Message par etienne lorant le Lun 29 Juin 2015 - 10:18

Saints Pierre et Paul, apôtres, solennité

Livre des Actes des Apôtres 12,1-11.
À cette époque, le roi Hérode Agrippa se saisit de certains membres de l’Église pour les mettre à mal.
Il supprima Jacques, frère de Jean, en le faisant décapiter.
Voyant que cette mesure plaisait aux Juifs, il décida aussi d’arrêter Pierre. C’était les jours des Pains sans levain.
Il le fit appréhender, emprisonner, et placer sous la garde de quatre escouades de quatre soldats ; il voulait le faire comparaître devant le peuple après la Pâque.
Tandis que Pierre était ainsi détenu dans la prison, l’Église priait Dieu pour lui avec insistance.
Hérode allait le faire comparaître. Or, Pierre dormait, cette nuit-là, entre deux soldats ; il était attaché avec deux chaînes et des gardes étaient en faction devant la porte de la prison.
Et voici que survint l’ange du Seigneur, et une lumière brilla dans la cellule. Il réveilla Pierre en le frappant au côté et dit : « Lève-toi vite. » Les chaînes lui tombèrent des mains.
Alors l’ange lui dit : « Mets ta ceinture et chausse tes sandales. » Ce que fit Pierre. L’ange ajouta : « Enveloppe-toi de ton manteau et suis-moi. »
Pierre sortit derrière lui, mais il ne savait pas que tout ce qui arrivait grâce à l’ange était bien réel ; il pensait qu’il avait une vision.
Passant devant un premier poste de garde, puis devant un second, ils arrivèrent au portail de fer donnant sur la ville. Celui-ci s’ouvrit tout seul devant eux. Une fois dehors, ils s’engagèrent dans une rue, et aussitôt l’ange le quitta.
Alors, se reprenant, Pierre dit : « Vraiment, je me rends compte maintenant que le Seigneur a envoyé son ange, et qu’il m’a arraché aux mains d’Hérode et à tout ce qu’attendait le peuple juif. »
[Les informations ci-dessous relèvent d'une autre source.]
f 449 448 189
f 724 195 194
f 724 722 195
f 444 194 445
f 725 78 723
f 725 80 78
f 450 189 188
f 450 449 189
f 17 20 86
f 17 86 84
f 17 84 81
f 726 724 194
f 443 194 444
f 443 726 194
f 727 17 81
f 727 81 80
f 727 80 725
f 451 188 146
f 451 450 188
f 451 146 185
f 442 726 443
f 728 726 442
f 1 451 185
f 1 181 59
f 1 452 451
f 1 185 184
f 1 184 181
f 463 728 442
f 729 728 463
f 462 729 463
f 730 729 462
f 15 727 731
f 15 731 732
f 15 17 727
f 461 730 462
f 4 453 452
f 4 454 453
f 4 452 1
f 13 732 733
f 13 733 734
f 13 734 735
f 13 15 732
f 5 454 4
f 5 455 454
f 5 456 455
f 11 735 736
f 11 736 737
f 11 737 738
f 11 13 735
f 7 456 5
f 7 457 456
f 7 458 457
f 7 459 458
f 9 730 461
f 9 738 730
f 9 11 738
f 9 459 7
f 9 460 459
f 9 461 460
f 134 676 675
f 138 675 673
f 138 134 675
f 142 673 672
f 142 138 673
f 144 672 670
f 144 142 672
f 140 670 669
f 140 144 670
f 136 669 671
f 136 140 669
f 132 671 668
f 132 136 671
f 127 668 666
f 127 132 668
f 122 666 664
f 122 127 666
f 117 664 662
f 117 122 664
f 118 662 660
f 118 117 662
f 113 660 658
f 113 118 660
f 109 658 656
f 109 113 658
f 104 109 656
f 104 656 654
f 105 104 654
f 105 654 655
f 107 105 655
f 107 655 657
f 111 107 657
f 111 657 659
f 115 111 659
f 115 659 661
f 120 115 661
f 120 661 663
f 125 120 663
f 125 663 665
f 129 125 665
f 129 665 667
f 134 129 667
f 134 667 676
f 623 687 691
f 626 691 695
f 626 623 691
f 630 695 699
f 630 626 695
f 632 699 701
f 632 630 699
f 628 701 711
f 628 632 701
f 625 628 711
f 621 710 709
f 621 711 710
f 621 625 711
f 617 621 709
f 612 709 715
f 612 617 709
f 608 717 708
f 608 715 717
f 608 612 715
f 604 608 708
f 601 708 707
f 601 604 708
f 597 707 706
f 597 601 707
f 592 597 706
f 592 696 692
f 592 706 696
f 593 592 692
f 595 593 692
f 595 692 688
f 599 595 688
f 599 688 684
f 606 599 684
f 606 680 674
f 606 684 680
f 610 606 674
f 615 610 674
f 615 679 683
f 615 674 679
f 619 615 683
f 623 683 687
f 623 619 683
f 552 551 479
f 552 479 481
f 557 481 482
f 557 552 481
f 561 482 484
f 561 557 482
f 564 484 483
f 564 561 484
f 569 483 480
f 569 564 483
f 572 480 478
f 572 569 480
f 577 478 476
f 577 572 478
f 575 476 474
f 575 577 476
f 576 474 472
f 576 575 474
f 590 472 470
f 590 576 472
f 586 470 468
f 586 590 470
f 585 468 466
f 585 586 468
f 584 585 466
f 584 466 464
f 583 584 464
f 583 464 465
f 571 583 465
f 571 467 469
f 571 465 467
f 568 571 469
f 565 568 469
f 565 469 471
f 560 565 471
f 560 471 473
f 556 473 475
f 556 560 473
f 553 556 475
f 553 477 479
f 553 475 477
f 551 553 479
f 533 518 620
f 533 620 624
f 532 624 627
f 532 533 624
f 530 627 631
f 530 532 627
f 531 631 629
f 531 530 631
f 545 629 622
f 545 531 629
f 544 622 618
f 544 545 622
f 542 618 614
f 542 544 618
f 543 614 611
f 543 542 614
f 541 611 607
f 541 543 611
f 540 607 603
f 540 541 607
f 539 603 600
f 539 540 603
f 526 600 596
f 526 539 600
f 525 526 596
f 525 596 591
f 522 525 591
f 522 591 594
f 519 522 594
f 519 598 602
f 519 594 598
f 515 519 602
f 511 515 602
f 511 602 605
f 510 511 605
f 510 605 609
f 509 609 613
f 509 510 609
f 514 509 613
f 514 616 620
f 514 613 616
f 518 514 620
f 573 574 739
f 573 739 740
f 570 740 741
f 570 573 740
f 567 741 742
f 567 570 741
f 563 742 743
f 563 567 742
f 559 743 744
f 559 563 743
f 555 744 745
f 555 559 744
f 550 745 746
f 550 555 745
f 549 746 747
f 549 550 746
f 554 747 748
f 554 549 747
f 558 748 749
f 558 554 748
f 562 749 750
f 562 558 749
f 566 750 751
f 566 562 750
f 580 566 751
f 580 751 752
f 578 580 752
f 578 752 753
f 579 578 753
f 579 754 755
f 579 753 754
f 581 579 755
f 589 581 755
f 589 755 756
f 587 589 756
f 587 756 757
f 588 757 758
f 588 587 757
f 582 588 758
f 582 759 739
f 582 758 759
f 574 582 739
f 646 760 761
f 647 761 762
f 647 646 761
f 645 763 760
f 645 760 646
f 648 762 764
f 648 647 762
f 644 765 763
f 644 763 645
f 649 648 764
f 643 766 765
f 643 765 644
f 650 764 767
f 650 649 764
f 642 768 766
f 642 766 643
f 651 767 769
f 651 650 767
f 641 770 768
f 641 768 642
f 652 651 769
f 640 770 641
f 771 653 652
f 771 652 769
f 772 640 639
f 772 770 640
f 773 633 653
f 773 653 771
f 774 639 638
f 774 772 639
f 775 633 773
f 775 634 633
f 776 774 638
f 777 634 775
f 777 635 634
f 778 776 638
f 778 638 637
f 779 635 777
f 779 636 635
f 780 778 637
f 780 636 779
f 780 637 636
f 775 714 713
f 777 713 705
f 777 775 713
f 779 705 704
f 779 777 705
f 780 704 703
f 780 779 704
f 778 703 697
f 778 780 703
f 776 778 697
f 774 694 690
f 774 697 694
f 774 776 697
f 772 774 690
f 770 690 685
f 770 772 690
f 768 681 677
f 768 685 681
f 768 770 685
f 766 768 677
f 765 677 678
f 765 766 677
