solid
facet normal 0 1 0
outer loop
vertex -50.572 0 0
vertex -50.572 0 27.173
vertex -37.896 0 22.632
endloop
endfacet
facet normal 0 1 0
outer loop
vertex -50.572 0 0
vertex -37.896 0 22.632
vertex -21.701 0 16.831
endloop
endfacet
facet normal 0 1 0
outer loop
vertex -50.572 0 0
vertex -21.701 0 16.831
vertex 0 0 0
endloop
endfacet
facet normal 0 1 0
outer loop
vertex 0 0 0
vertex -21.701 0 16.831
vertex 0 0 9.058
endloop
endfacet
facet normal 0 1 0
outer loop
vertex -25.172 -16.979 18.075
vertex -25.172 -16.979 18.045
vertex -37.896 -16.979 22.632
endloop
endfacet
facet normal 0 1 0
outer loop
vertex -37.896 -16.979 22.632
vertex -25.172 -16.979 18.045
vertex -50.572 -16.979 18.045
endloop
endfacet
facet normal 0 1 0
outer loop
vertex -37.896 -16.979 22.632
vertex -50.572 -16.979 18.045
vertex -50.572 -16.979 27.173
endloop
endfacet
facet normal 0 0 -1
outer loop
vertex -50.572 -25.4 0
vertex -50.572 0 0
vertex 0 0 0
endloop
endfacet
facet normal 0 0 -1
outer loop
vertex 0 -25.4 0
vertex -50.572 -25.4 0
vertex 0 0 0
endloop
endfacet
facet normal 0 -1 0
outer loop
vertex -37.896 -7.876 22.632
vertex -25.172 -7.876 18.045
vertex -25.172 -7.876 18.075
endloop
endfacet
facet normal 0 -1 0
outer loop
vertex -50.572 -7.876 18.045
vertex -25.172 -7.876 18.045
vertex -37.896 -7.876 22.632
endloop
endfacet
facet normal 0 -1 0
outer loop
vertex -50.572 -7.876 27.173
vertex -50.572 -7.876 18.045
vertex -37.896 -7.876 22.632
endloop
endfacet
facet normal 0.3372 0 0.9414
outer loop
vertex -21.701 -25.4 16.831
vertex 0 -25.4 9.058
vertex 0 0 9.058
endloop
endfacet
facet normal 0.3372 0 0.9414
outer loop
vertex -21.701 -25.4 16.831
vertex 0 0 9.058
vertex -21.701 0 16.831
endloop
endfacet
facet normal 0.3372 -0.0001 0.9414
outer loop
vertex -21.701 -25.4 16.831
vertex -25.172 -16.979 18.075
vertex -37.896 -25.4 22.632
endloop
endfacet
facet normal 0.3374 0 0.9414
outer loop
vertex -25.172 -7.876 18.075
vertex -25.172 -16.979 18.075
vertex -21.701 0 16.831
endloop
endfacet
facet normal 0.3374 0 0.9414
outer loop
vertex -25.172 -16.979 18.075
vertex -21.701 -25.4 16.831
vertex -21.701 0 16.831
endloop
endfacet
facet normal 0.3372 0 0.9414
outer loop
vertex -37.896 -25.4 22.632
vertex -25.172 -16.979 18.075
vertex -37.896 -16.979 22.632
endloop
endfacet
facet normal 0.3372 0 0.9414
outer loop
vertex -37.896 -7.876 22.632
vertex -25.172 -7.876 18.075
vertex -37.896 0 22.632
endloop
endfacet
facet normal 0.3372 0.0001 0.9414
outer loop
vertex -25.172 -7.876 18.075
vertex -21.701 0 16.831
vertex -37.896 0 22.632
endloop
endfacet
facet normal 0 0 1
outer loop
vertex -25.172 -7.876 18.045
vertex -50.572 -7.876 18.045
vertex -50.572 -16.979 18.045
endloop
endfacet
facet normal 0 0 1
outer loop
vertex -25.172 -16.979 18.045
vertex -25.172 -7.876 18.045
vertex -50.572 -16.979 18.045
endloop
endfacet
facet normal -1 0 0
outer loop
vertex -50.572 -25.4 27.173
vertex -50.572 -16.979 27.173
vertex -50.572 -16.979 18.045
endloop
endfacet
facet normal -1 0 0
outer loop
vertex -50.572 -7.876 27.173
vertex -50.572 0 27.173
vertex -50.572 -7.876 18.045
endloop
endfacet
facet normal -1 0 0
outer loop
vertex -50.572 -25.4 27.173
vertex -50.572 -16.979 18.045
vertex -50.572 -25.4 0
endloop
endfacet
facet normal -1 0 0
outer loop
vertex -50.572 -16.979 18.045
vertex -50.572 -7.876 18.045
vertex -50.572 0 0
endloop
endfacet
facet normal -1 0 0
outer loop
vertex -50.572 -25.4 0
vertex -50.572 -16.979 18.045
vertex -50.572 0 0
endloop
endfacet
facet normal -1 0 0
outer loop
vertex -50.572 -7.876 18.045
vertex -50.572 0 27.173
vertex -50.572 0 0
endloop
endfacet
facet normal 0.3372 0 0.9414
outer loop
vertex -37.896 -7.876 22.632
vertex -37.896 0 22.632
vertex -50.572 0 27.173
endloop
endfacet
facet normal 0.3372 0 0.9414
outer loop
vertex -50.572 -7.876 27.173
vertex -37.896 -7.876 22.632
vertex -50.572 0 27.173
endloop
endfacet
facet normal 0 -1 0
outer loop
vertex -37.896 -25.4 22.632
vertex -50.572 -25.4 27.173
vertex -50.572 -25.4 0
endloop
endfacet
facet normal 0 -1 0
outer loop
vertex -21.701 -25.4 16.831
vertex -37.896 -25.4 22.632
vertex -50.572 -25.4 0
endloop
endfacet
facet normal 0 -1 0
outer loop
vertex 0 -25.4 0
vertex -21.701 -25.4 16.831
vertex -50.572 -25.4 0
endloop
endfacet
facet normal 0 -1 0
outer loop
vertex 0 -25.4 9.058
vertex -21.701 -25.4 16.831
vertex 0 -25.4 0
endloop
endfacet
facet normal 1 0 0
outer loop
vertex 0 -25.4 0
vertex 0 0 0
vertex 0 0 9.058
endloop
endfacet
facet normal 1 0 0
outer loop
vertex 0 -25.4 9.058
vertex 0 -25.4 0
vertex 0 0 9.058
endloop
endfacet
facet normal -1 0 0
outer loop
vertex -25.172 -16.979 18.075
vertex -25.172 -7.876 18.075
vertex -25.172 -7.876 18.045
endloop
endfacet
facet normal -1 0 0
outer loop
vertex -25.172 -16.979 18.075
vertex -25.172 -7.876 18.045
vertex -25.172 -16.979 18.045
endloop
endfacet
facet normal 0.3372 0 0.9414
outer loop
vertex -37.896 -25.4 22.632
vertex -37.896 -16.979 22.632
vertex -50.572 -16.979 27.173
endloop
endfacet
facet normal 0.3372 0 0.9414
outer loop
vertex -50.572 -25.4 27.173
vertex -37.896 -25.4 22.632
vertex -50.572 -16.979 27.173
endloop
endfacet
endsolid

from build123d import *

# Parameters (mm, degrees)
F1_DEPTH = 25.4
F2_W     = 9.1030672193
F2_H     = 9.1277305037
F3_DEPTH = 25.4


with BuildPart() as f1:
    # F0 (on Front) → F1 (new body)
    with BuildSketch(Plane.XZ):
        Polygon((-37.8958209513, 22.6323588295), (-50.5723580718, 27.1732080728), (-50.5723580718, 22.6323588295), align=None)
        Polygon((-37.8958209513, 22.6323588295), (-50.5723580718, 22.6323588295), (-50.5723580718, 9.0577360243), (-21.7006838323, 9.0577360243), (-21.7006838323, 16.8311155222), align=None)
        Polygon((-21.7006838323, 9.0577360243), (-50.5723580718, 9.0577360243), (-50.5723580718, 0), (0, 0), (0, 9.0577360243), align=None)
        Polygon((0, 9.0577360243), (-21.7006838323, 16.8311155222), (-21.7006838323, 9.0577360243), align=None)
    extrude(amount=F1_DEPTH)

    # F2 (on face) → F3 (cut)
    with BuildSketch(Plane(origin=(-50.5723580718, 0, 0), x_dir=(0, -1, 0), z_dir=(-1, 0, 0))):
        with Locations((12.4278347939, 22.6093428209)):
            Rectangle(F2_W, F2_H)
    extrude(amount=-F3_DEPTH, mode=Mode.SUBTRACT)


solid = f1.part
Deuxième lettre de saint Paul Apôtre à Timothée 4,6-8.17-18.
Bien-aimé, je suis déjà offert en sacrifice, le moment de mon départ est venu.
J’ai mené le bon combat, j’ai achevé ma course, j’ai gardé la foi.
Je n’ai plus qu’à recevoir la couronne de la justice : le Seigneur, le juste juge, me la remettra en ce jour-là, et non seulement à moi, mais aussi à tous ceux qui auront désiré avec amour sa Manifestation glorieuse.
Le Seigneur, lui, m’a assisté. Il m’a rempli de force pour que, par moi, la proclamation de l’Évangile s’accomplisse jusqu’au bout et que toutes les nations l’entendent. J’ai été arraché à la gueule du lion ;
le Seigneur m’arrachera encore à tout ce qu’on fait pour me nuire. Il me sauvera et me fera entrer dans son Royaume céleste. À lui la gloire pour les siècles des siècles. Amen.
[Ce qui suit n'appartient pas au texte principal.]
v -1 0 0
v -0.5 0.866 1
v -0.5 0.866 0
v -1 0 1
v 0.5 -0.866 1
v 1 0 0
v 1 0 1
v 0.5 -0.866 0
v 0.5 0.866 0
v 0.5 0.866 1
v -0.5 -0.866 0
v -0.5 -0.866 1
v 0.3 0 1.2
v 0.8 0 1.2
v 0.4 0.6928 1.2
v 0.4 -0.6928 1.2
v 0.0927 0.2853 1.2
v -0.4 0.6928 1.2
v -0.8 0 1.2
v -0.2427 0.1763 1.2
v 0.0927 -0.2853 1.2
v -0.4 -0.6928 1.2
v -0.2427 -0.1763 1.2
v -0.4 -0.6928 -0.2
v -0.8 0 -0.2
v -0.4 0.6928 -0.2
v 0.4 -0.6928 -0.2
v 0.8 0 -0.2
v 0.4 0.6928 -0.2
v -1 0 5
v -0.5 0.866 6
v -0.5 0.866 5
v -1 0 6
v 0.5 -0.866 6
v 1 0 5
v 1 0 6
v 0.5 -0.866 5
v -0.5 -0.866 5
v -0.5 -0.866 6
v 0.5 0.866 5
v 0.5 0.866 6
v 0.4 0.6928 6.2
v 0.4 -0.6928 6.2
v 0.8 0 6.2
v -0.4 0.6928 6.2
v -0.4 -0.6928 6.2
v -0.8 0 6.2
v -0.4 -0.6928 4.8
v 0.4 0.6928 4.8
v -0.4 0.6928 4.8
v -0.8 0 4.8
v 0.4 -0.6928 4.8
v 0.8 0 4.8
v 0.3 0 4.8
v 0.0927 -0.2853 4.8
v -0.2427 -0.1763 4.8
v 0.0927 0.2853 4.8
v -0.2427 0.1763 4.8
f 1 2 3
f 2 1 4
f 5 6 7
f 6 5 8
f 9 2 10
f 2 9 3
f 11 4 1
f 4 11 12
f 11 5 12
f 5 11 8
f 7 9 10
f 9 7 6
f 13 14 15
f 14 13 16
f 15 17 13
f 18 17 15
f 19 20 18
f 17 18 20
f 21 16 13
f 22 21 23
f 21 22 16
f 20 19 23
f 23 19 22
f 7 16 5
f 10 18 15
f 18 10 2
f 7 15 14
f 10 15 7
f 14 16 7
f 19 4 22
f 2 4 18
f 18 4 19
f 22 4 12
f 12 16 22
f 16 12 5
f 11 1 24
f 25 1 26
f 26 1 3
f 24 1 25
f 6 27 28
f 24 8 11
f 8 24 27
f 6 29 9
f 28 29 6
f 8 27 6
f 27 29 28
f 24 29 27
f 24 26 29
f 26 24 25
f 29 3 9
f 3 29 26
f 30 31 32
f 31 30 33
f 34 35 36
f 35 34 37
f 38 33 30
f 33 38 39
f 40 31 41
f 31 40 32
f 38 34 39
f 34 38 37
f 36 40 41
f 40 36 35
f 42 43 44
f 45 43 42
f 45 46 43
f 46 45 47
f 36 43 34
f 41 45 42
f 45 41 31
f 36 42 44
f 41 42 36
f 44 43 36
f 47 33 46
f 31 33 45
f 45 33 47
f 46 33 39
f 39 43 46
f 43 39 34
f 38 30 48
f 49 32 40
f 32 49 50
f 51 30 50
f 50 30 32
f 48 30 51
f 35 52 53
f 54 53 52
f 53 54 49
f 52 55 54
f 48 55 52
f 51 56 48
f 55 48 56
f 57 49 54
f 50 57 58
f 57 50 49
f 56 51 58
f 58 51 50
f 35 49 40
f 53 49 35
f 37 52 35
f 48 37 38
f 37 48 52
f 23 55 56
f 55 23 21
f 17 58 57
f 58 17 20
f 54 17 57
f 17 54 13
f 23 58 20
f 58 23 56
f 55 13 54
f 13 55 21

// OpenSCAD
module Weights_01(){

    module regular_polygon(order = 6, r=1){
         angles=[ for (i = [0:order-1]) i*(360/order) ];
         coords=[ for (th=angles) [r*cos(th), r*sin(th)] ];
         polygon(coords);
    }
     
     
    module weight(){ 
    color("#a8b0b2")
    linear_extrude(height= 1)
    regular_polygon(order = 6);
     
    translate([0,0,1])
    color("#a8b0b2")
    linear_extrude(height= 0.2, scale = 0.8)
    regular_polygon(order = 6);
     
    translate([0,0,0])
    rotate([0,180,0])
    color("#a8b0b2")
    linear_extrude(height= 0.2, scale = 0.8)
    regular_polygon(order = 6);
    }
     
     weight(); 
     translate([0,0,5])
     weight();
     
     color("#3b3b3b")
     cylinder(5,0.3,0.3);
 
}
 
Weights_01();

// Written by Nicolì Angelo (Gengio) 2024: 
// MIT License

//Permission is hereby granted, free of charge, to any person obtaining a copy of this software and associated documentation files (the "Software"), to deal in the Software without restriction, including without limitation the rights to use, copy, modify, merge, publish, distribute, sublicense, and/or sell copies of the Software, and to permit persons to whom the Software is furnished to do so, subject to the following conditions:

//The above copyright notice and this permission notice shall be included in all copies or substantial portions of the Software.

//THE SOFTWARE IS PROVIDED "AS IS", WITHOUT WARRANTY OF ANY KIND, EXPRESS OR IMPLIED, INCLUDING BUT NOT LIMITED TO THE WARRANTIES OF MERCHANTABILITY, FITNESS FOR A PARTICULAR PURPOSE AND NONINFRINGEMENT. IN NO EVENT SHALL THE AUTHORS OR COPYRIGHT HOLDERS BE LIABLE FOR ANY CLAIM, DAMAGES OR OTHER LIABILITY, WHETHER IN AN ACTION OF CONTRACT, TORT OR OTHERWISE, ARISING FROM, OUT OF OR IN CONNECTION WITH THE SOFTWARE OR THE USE OR OTHER DEALINGS IN THE SOFTWARE.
Évangile de Jésus Christ selon saint Matthieu 16,13-19.
En ce temps-là, Jésus, arrivé dans la région de Césarée-de-Philippe, demandait à ses disciples : « Au dire des gens, qui est le Fils de l’homme ? »
Ils répondirent : « Pour les uns, Jean le Baptiste ; pour d’autres, Élie ; pour d’autres encore, Jérémie ou l’un des prophètes. »
Jésus leur demanda : « Et vous, que dites-vous ? Pour vous, qui suis-je ? »
Alors Simon-Pierre prit la parole et dit : « Tu es le Christ, le Fils du Dieu vivant ! »
Prenant la parole à son tour, Jésus lui dit : « Heureux es-tu, Simon fils de Yonas : ce n’est pas la chair et le sang qui t’ont révélé cela, mais mon Père qui est aux cieux.
Et moi, je te le déclare : Tu es Pierre, et sur cette pierre je bâtirai mon Église ; et la puissance de la Mort ne l’emportera pas sur elle.
Je te donnerai les clés du royaume des Cieux : tout ce que tu auras lié sur la terre sera lié dans les cieux, et tout ce que tu auras délié sur la terre sera délié dans les cieux. »
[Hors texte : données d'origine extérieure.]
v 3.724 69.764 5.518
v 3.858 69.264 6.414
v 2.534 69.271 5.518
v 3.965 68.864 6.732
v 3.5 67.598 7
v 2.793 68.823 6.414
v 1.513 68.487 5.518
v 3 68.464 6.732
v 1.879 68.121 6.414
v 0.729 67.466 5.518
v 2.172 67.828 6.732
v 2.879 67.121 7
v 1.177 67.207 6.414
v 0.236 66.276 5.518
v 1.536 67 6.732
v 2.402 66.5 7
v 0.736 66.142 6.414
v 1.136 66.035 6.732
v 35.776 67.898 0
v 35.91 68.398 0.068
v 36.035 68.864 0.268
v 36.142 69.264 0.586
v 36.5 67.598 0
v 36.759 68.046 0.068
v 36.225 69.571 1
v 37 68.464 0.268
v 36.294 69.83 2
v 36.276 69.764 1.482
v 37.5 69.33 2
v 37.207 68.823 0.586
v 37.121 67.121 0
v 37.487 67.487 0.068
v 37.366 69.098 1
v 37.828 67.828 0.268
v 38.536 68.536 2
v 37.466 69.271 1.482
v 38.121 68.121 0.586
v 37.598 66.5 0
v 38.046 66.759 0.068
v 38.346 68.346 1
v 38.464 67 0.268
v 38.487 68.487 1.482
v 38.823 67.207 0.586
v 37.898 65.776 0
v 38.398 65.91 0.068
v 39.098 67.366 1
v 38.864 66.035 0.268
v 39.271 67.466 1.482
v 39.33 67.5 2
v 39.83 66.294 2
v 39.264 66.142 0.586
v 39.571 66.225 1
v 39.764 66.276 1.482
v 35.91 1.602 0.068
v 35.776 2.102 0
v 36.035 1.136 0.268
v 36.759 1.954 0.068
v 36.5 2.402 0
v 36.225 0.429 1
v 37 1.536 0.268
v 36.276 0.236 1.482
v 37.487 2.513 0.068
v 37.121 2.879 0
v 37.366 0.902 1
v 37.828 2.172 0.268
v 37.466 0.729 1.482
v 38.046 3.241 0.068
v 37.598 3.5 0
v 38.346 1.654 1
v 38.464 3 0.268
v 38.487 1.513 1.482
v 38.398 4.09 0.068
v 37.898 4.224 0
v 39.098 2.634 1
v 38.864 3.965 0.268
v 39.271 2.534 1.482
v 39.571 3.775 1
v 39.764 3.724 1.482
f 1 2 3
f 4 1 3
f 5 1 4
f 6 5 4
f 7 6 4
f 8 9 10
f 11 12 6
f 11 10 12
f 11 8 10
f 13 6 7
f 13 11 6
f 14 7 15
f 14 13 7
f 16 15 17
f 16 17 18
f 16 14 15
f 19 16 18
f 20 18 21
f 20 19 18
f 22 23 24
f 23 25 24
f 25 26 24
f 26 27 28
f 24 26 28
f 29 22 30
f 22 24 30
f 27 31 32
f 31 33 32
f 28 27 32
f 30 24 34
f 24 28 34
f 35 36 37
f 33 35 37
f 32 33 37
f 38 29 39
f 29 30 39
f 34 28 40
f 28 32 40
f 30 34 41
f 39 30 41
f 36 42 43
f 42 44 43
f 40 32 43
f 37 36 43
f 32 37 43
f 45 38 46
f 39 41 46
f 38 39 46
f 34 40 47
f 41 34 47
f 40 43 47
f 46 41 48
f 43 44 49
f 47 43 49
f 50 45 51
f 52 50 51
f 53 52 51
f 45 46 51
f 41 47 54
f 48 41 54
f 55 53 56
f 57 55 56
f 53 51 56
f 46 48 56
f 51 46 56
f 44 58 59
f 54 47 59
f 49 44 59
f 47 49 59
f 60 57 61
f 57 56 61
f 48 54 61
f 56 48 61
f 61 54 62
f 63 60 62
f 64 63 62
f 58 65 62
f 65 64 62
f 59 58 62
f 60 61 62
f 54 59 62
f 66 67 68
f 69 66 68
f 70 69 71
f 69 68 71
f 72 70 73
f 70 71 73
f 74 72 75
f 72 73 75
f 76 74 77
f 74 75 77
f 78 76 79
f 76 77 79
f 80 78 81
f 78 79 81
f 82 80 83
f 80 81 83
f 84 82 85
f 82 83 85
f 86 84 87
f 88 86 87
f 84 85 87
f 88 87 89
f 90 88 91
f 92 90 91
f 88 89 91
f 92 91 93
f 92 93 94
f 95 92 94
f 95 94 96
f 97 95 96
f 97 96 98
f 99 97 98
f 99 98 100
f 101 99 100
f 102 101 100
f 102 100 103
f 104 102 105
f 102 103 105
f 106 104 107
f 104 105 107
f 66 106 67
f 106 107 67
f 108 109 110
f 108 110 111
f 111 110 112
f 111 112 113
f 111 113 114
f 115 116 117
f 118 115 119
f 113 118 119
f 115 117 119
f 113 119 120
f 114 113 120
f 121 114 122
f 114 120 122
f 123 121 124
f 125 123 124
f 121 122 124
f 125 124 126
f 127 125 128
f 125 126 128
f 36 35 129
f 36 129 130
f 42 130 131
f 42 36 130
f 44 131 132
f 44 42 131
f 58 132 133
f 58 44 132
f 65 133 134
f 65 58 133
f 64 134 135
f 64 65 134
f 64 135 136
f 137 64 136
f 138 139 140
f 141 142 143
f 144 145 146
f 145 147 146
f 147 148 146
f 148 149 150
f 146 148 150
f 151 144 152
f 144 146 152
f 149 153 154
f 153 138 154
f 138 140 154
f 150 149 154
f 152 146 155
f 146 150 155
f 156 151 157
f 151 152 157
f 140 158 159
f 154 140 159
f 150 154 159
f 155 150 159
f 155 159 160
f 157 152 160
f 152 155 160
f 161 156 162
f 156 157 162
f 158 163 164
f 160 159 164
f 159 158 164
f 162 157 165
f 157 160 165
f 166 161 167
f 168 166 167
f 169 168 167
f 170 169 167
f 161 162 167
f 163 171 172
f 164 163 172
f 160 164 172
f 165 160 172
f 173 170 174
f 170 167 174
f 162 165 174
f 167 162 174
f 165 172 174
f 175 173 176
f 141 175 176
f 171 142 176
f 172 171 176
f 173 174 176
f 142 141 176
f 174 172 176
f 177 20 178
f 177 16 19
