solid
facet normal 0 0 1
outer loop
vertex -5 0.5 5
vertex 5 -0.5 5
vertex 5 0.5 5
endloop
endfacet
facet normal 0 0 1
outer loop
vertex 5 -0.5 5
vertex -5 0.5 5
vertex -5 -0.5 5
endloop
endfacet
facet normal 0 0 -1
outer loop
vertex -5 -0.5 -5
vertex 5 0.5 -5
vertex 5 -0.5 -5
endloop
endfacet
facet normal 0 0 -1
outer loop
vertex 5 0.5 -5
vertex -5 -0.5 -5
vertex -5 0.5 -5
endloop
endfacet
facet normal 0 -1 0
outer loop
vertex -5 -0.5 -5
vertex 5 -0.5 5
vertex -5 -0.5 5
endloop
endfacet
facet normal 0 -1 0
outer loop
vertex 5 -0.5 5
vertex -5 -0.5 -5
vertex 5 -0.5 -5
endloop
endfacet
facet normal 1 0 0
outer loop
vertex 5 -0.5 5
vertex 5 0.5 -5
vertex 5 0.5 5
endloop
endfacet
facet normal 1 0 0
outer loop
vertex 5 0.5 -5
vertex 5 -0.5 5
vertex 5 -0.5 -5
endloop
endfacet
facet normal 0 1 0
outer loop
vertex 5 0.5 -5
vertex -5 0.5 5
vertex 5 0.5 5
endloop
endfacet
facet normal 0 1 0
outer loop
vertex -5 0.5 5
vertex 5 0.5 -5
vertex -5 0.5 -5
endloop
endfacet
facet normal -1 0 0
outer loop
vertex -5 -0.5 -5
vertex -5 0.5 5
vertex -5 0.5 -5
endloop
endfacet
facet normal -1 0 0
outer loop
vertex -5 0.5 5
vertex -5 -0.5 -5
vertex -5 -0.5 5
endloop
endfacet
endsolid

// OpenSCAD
scale(v=[10, 1, 0.1]) {
    cube(size=[1, 1, 100], center=true);
};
Textes de l’Évangile au quotidien

J'ai été quelque peu étonné, ce matin, d'entendre notre prêtre déclarer qu'il se sentait plus proche de saint Paul que de saint Pierre. Mais c'est très compréhensible : tous les journalistes du monde, mais aussi les hommes politiques, se représentent le Pape comme étant le successeur de Pierre - ce qu'il est en effet, mais ils en concluent trop vite que le siège du pouvoir, au sein de l’Église, est à Rome.

Mais lorsqu'un Pape décède, l’Église est-elle fragilisée, comme un homme qui errerait sans savoir où il va, car ayant perdu sa tête ? Certes non. Le corps de l’Église continue de fonctionner et quand bien même l'élection du prochain pape tarderait, les membres de l’Église, du haut jusqu'en bas, continueraient de vivre des commandements, de leurs règles et de leur foi en tout premier lieu.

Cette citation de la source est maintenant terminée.